Built at the turn of the 16th century to guard the former border of France and Catalonia, the Fortress of Salses boasts a strategic location between the Corbières Mountains and the coastal lake of Étang de Salses. Remarkably preserved, it’s notable for its medieval architecture and impressive fortifications.
The Montpellier Zoo (Zoo de Montpellier) covers 80 hectares (198 acres) just north of the city center. Opened in 1964, the zoo has the look and feel of a safari park with open enclosures where most of the wild animals roam free. With 120 species and 1,104 animals, the zoo covers a lot of ground, from zebra and lions to lizards and birds.
Housed within an old apothecary, this small two-room museum spotlights the pharmaceutical history of Montpellier, a city with a long-standing medical heritage. Exhibits include ceramic pots, barrels, mortars, and other vessels and tools—made mostly in Montpellier and used to make and store various medical remedies and antidotes.
Planet Ocean Montpellier is located in Montpellier, on the French Mediterranean coast. The second most visited tourist site in the Languedoc-Roussillon area is home to over 3500 animals of 400 species originating from all the seas and oceans around the globe. From the Mediterranean wonders to the depths of the Indian Ocean, from the South African splendors to the Atlantic Ocean and the Amazon—nothing is off limits at the Aquarium Mare Nostrum’s 33 basins.
More than just an aquarium, the museum features a sea storm and a 3D underwater exploration simulator –the only ones in Europe– as well as France’s largest covered basin in France, which is 10 meters high and 18 meters wide. The most sought-after species are, unsurprisingly, the African penguin, the coral reefs and the multicolored fishes of the southern seas.

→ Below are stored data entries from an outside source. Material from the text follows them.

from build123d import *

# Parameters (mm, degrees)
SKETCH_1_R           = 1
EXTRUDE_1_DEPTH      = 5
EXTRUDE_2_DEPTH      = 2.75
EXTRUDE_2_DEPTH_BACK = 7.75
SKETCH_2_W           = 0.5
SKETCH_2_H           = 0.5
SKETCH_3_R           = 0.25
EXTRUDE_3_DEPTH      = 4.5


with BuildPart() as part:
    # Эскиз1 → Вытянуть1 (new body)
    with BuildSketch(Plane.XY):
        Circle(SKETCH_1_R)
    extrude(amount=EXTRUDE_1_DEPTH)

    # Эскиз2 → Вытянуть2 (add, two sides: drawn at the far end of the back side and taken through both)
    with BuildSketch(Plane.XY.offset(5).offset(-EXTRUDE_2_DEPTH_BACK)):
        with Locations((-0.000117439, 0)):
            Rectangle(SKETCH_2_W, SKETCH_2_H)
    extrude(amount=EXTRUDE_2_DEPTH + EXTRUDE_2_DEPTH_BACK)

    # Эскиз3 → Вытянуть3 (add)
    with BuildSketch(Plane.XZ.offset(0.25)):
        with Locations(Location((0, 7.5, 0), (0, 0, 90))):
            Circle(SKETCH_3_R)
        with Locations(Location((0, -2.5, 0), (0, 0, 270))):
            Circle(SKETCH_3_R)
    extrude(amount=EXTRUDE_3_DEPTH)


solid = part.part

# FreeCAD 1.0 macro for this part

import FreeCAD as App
import Part
import Sketcher
Q = App.Units.Quantity


def add_polygon(sketch, points):
    """Adds a closed chain of lines whose ends are joined by coincident constraints."""
    first, n = sketch.GeometryCount, len(points)
    for a, b in zip(points, points[1:] + points[:1]):
        sketch.addGeometry(Part.LineSegment(App.Vector(*a, 0), App.Vector(*b, 0)), False)
    for i in range(n):
        sketch.addConstraint(Sketcher.Constraint("Coincident", first + i, 2, first + (i + 1) % n, 1))

doc = App.newDocument("Part")
params = doc.addObject("Spreadsheet::Sheet", "Params")
for row, (alias, value) in enumerate([
    ("sketch1_diameter", "2 mm"),
    ("pad1_length", "5 mm"),
    ("sketch2_width", "0.5 mm"),
    ("pad2_length", "2.75 mm"),
    ("pad2_length2", "7.75 mm"),
    ("sketch3_diameter", "0.5 mm"),
    ("pad3_length", "4.5 mm"),
], start=1):
    params.set(f"A{row}", alias)
    params.set(f"B{row}", "=" + value)
    params.setAlias(f"B{row}", alias)

body = doc.addObject("PartDesign::Body", "Body")

# Sketch on XY plane
sketch1 = body.newObject("Sketcher::SketchObject", "Sketch")
sketch1.AttachmentSupport = (doc.getObject("XY_Plane"), [""])
sketch1.MapMode = "FlatFace"
sketch1.addGeometry(Part.Circle(App.Vector(0, 0, 0), App.Vector(0, 0, 1), 1), False)
sketch1.addConstraint([
    Sketcher.Constraint("Coincident", 0, 3, -1, 1),
    Sketcher.Constraint("Diameter", 0, Q("2 mm")),
])
sketch1.setExpression("Constraints[1]", "Params.sketch1_diameter")
pad1 = body.newObject("PartDesign::Pad", "Pad")
pad1.Profile = sketch1
pad1.setExpression("Length", "Params.pad1_length")

# Sketch on XY plane
sketch2 = body.newObject("Sketcher::SketchObject", "Sketch001")
sketch2.AttachmentSupport = (doc.getObject("XY_Plane"), [""])
sketch2.MapMode = "FlatFace"
sketch2.AttachmentOffset = App.Placement(App.Vector(0, 0, 5), App.Rotation())
add_polygon(sketch2, [(-0.3, 0.2), (-0.3, -0.2), (0.2, -0.2), (0.2, 0.2)])  # lines 0-3
sketch2.addConstraint([
    Sketcher.Constraint("Vertical", 0),
    Sketcher.Constraint("Horizontal", 1),
    Sketcher.Constraint("Vertical", 2),
    Sketcher.Constraint("Horizontal", 3),
    Sketcher.Constraint("Equal", 3, 0),
    Sketcher.Constraint("DistanceX", 1, 1, 1, 2, Q("0.5 mm")),
    Sketcher.Constraint("DistanceY", 0, 2, -1, 1, Q("0.25 mm")),
    Sketcher.Constraint("DistanceX", 0, 2, -1, 1, Q("0.250117 mm")),
])
sketch2.setExpression("Constraints[9]", "Params.sketch2_width")
pad2 = body.newObject("PartDesign::Pad", "Pad001")
pad2.Profile = sketch2
pad2.Type = "TwoLengths"
pad2.setExpression("Length", "Params.pad2_length")
pad2.setExpression("Length2", "Params.pad2_length2")

# Sketch on XZ plane
sketch3 = body.newObject("Sketcher::SketchObject", "Sketch002")
sketch3.AttachmentSupport = (doc.getObject("XZ_Plane"), [""])
sketch3.MapMode = "FlatFace"
sketch3.AttachmentOffset = App.Placement(App.Vector(0, 0, 0.25), App.Rotation())
sketch3.addGeometry([
    Part.Circle(App.Vector(0, 7.5, 0), App.Vector(0, 0, 1), 0.25),
    Part.Circle(App.Vector(0, -2.5, 0), App.Vector(0, 0, 1), 0.25),
], False)
sketch3.addConstraint([
    Sketcher.Constraint("Equal", 0, 1),
    Sketcher.Constraint("PointOnObject", 0, 3, -2),
    Sketcher.Constraint("PointOnObject", 1, 3, -2),
    Sketcher.Constraint("Diameter", 0, Q("0.5 mm")),
    Sketcher.Constraint("DistanceY", 1, 3, 0, 3, Q("10 mm")),
    Sketcher.Constraint("DistanceY", -1, 1, 0, 3, Q("7.5 mm")),
])
sketch3.setExpression("Constraints[3]", "Params.sketch3_diameter")
pad3 = body.newObject("PartDesign::Pad", "Pad002")
pad3.Profile = sketch3
pad3.setExpression("Length", "Params.pad3_length")

doc.recompute()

UNESCO World Heritage-listed Arles is often called the ‘soul of Provence’, a photogenic city with a history stretching back 2,500 years and crammed with Roman remains; their extent indicate the importance of the city in Roman times – thanks to its position on the navigable River Rhône – and include an arena, theater and bath complexes. Arles fell from importance around 480 AD but by medieval times was once more a power to be reckoned with, as is proven by the city’s Romanesque masterpiece church of St-Trophime. The priceless collection of Roman artifacts discovered in the region are housed in the sleek, cobalt-blue triangular Arles Museum of Antiquity (Musée Départemental Arles Antique), designed by Henri Ciriani and opened in 1995.
Among its treasures, the museum displays a large collection of antiquities, including monumental Roman sculptures, pagan and Christian art and several stunning mosaics. Center stage goes to the model of the water mills that operated in Roman times at Barbegal, thought to be the most complex in ancient times; and the 2,000-year-old barge Arles-Rhône 3, found in the River Rhône and accompanied by a video about its painstaking restoration.

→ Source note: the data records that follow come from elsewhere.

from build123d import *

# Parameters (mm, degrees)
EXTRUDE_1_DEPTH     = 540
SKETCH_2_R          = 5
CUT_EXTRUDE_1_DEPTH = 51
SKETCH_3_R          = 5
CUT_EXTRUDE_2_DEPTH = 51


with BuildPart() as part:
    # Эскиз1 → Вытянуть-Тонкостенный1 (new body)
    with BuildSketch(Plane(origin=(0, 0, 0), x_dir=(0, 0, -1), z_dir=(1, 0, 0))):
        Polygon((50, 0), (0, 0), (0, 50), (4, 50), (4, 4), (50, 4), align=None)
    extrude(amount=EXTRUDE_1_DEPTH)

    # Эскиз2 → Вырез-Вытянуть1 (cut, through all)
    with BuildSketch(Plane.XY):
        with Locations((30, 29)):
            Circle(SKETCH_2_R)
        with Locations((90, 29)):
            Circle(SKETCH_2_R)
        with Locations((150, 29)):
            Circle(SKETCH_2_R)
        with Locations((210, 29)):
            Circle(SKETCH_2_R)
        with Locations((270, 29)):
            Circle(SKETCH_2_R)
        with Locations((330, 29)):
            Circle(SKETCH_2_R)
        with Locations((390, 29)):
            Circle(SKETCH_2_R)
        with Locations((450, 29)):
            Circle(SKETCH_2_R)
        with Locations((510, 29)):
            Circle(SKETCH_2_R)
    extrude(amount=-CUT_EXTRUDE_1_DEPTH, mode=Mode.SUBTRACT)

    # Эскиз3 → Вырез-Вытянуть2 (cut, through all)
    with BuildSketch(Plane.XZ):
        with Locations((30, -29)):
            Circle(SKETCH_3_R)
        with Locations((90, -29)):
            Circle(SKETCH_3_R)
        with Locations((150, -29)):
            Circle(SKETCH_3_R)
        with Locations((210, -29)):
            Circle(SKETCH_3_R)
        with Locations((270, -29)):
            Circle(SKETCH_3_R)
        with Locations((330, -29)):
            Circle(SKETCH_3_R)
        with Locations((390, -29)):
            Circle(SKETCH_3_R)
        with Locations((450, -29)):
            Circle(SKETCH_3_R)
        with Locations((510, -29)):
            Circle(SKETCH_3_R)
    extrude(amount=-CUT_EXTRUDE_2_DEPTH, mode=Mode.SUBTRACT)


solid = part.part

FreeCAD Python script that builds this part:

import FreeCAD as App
import Part
import Sketcher

V = App.Vector
Q = App.Units.Quantity

doc = App.newDocument("Part")
body = doc.addObject("PartDesign::Body", "Body")

sketch1 = doc.addObject("Sketcher::SketchObject", "Sketch")
body.addObject(sketch1)
sketch1.AttachmentSupport = (doc.YZ_Plane, [""])
sketch1.MapMode = "FlatFace"
sketch1.addGeometry([
    Part.LineSegment(V(0, 0, 0), V(0, -50, 0)),
    Part.LineSegment(V(0, -50, 0), V(4, -50, 0)),
    Part.LineSegment(V(4, -50, 0), V(4, -4, 0)),
    Part.LineSegment(V(4, -4, 0), V(50, -4, 0)),
    Part.LineSegment(V(50, -4, 0), V(50, 0, 0)),
    Part.LineSegment(V(50, 0, 0), V(0, 0, 0)),
], False)
sketch1.addConstraint([
    Sketcher.Constraint("Coincident", 0, 2, 1, 1),
    Sketcher.Constraint("Coincident", 1, 2, 2, 1),
    Sketcher.Constraint("Coincident", 2, 2, 3, 1),
    Sketcher.Constraint("Coincident", 3, 2, 4, 1),
    Sketcher.Constraint("Coincident", 4, 2, 5, 1),
    Sketcher.Constraint("Coincident", 5, 2, 0, 1),
    Sketcher.Constraint("Vertical", 0),
    Sketcher.Constraint("Horizontal", 1),
    Sketcher.Constraint("Vertical", 2),
    Sketcher.Constraint("Horizontal", 3),
    Sketcher.Constraint("Vertical", 4),
    Sketcher.Constraint("Horizontal", 5),
    Sketcher.Constraint("Coincident", 5, 2, -1, 1),
    Sketcher.Constraint("Equal", 5, 0),
    Sketcher.Constraint("Equal", 3, 2),
    Sketcher.Constraint("DistanceX", 1, 1, 1, 2, Q("4 mm")),
    Sketcher.Constraint("DistanceX", 3, 1, 3, 2, Q("46 mm")),
])
pad1 = doc.addObject("PartDesign::Pad", "Pad")
body.addObject(pad1)
pad1.Profile = sketch1
pad1.Length = 540

sketch2 = doc.addObject("Sketcher::SketchObject", "Sketch001")
body.addObject(sketch2)
sketch2.AttachmentSupport = (doc.XY_Plane, [""])
sketch2.MapMode = "FlatFace"
sketch2.addGeometry([
    Part.Circle(V(30, 29, 0), V(0, 0, 1), 5),
    Part.Circle(V(90, 29, 0), V(0, 0, 1), 5),
    Part.Circle(V(150, 29, 0), V(0, 0, 1), 5),
    Part.Circle(V(210, 29, 0), V(0, 0, 1), 5),
    Part.Circle(V(270, 29, 0), V(0, 0, 1), 5),
    Part.Circle(V(330, 29, 0), V(0, 0, 1), 5),
    Part.Circle(V(390, 29, 0), V(0, 0, 1), 5),
    Part.Circle(V(450, 29, 0), V(0, 0, 1), 5),
    Part.Circle(V(510, 29, 0), V(0, 0, 1), 5),
], False)
sketch2.addConstraint([
    Sketcher.Constraint("Equal", 0, 1),
    Sketcher.Constraint("Equal", 1, 2),
    Sketcher.Constraint("Equal", 2, 3),
    Sketcher.Constraint("Equal", 3, 4),
    Sketcher.Constraint("Equal", 4, 5),
    Sketcher.Constraint("Equal", 5, 6),
    Sketcher.Constraint("Equal", 6, 7),
    Sketcher.Constraint("Equal", 7, 8),
    Sketcher.Constraint("Horizontal", 0, 3, 1, 3),
    Sketcher.Constraint("Horizontal", 1, 3, 2, 3),
    Sketcher.Constraint("Horizontal", 2, 3, 3, 3),
    Sketcher.Constraint("Horizontal", 3, 3, 4, 3),
    Sketcher.Constraint("Horizontal", 4, 3, 5, 3),
    Sketcher.Constraint("Horizontal", 5, 3, 6, 3),
    Sketcher.Constraint("Horizontal", 6, 3, 7, 3),
    Sketcher.Constraint("Horizontal", 7, 3, 8, 3),
    Sketcher.Constraint("Diameter", 0, Q("10 mm")),
    Sketcher.Constraint("DistanceX", -1, 1, 0, 3, Q("30 mm")),
    Sketcher.Constraint("DistanceY", -1, 1, 0, 3, Q("29 mm")),
    Sketcher.Constraint("DistanceX", -1, 1, 1, 3, Q("90 mm")),
    Sketcher.Constraint("DistanceX", -1, 1, 2, 3, Q("150 mm")),
    Sketcher.Constraint("DistanceX", -1, 1, 3, 3, Q("210 mm")),
    Sketcher.Constraint("DistanceX", -1, 1, 4, 3, Q("270 mm")),
    Sketcher.Constraint("DistanceX", -1, 1, 5, 3, Q("330 mm")),
    Sketcher.Constraint("DistanceX", -1, 1, 6, 3, Q("390 mm")),
    Sketcher.Constraint("DistanceX", -1, 1, 7, 3, Q("450 mm")),
    Sketcher.Constraint("DistanceX", -1, 1, 8, 3, Q("510 mm")),
])
pocket1 = doc.addObject("PartDesign::Pocket", "Pocket")
body.addObject(pocket1)
pocket1.Profile = sketch2
pocket1.Type = "ThroughAll"

sketch3 = doc.addObject("Sketcher::SketchObject", "Sketch002")
body.addObject(sketch3)
sketch3.AttachmentSupport = (doc.XZ_Plane, [""])
sketch3.MapMode = "FlatFace"
sketch3.addGeometry([
    Part.Circle(V(30, -29, 0), V(0, 0, 1), 5),
    Part.Circle(V(90, -29, 0), V(0, 0, 1), 5),
    Part.Circle(V(150, -29, 0), V(0, 0, 1), 5),
    Part.Circle(V(210, -29, 0), V(0, 0, 1), 5),
    Part.Circle(V(270, -29, 0), V(0, 0, 1), 5),
    Part.Circle(V(330, -29, 0), V(0, 0, 1), 5),
    Part.Circle(V(390, -29, 0), V(0, 0, 1), 5),
    Part.Circle(V(450, -29, 0), V(0, 0, 1), 5),
    Part.Circle(V(510, -29, 0), V(0, 0, 1), 5),
], False)
sketch3.addConstraint([
    Sketcher.Constraint("Equal", 0, 1),
    Sketcher.Constraint("Equal", 1, 2),
    Sketcher.Constraint("Equal", 2, 3),
    Sketcher.Constraint("Equal", 3, 4),
    Sketcher.Constraint("Equal", 4, 5),
    Sketcher.Constraint("Equal", 5, 6),
    Sketcher.Constraint("Equal", 6, 7),
    Sketcher.Constraint("Equal", 7, 8),
    Sketcher.Constraint("Horizontal", 0, 3, 1, 3),
    Sketcher.Constraint("Horizontal", 1, 3, 2, 3),
    Sketcher.Constraint("Horizontal", 2, 3, 3, 3),
    Sketcher.Constraint("Horizontal", 3, 3, 4, 3),
    Sketcher.Constraint("Horizontal", 4, 3, 5, 3),
    Sketcher.Constraint("Horizontal", 5, 3, 6, 3),
    Sketcher.Constraint("Horizontal", 6, 3, 7, 3),
    Sketcher.Constraint("Horizontal", 7, 3, 8, 3),
    Sketcher.Constraint("Diameter", 0, Q("10 mm")),
    Sketcher.Constraint("DistanceX", -1, 1, 0, 3, Q("30 mm")),
    Sketcher.Constraint("DistanceY", 0, 3, -1, 1, Q("29 mm")),
    Sketcher.Constraint("DistanceX", -1, 1, 1, 3, Q("90 mm")),
    Sketcher.Constraint("DistanceX", -1, 1, 2, 3, Q("150 mm")),
    Sketcher.Constraint("DistanceX", -1, 1, 3, 3, Q("210 mm")),
    Sketcher.Constraint("DistanceX", -1, 1, 4, 3, Q("270 mm")),
    Sketcher.Constraint("DistanceX", -1, 1, 5, 3, Q("330 mm")),
    Sketcher.Constraint("DistanceX", -1, 1, 6, 3, Q("390 mm")),
    Sketcher.Constraint("DistanceX", -1, 1, 7, 3, Q("450 mm")),
    Sketcher.Constraint("DistanceX", -1, 1, 8, 3, Q("510 mm")),
])
pocket2 = doc.addObject("PartDesign::Pocket", "Pocket001")
body.addObject(pocket2)
pocket2.Profile = sketch3
pocket2.Type = "ThroughAll"

doc.recompute()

Founded in 1989, the Seaquarium offers visitors young and old the chance to get up close and personal with hundreds of rare marine species. Located in the coastal town of Le Grau-du-Roi, near Montpellier, the aquarium is divided into multiple exhibit spaces and is particularly well-known for its extensive shark display.
A water park unlike any other, Frenzy Palace Water Jump—located in Torreilles, near Perpignan—caters to extreme sports enthusiasts, water slide lovers, and those looking for a one-of-a-kind way to beat the summer heat. BMX tracks, vertiginous slides, and other activities will have visitors soaring through the air.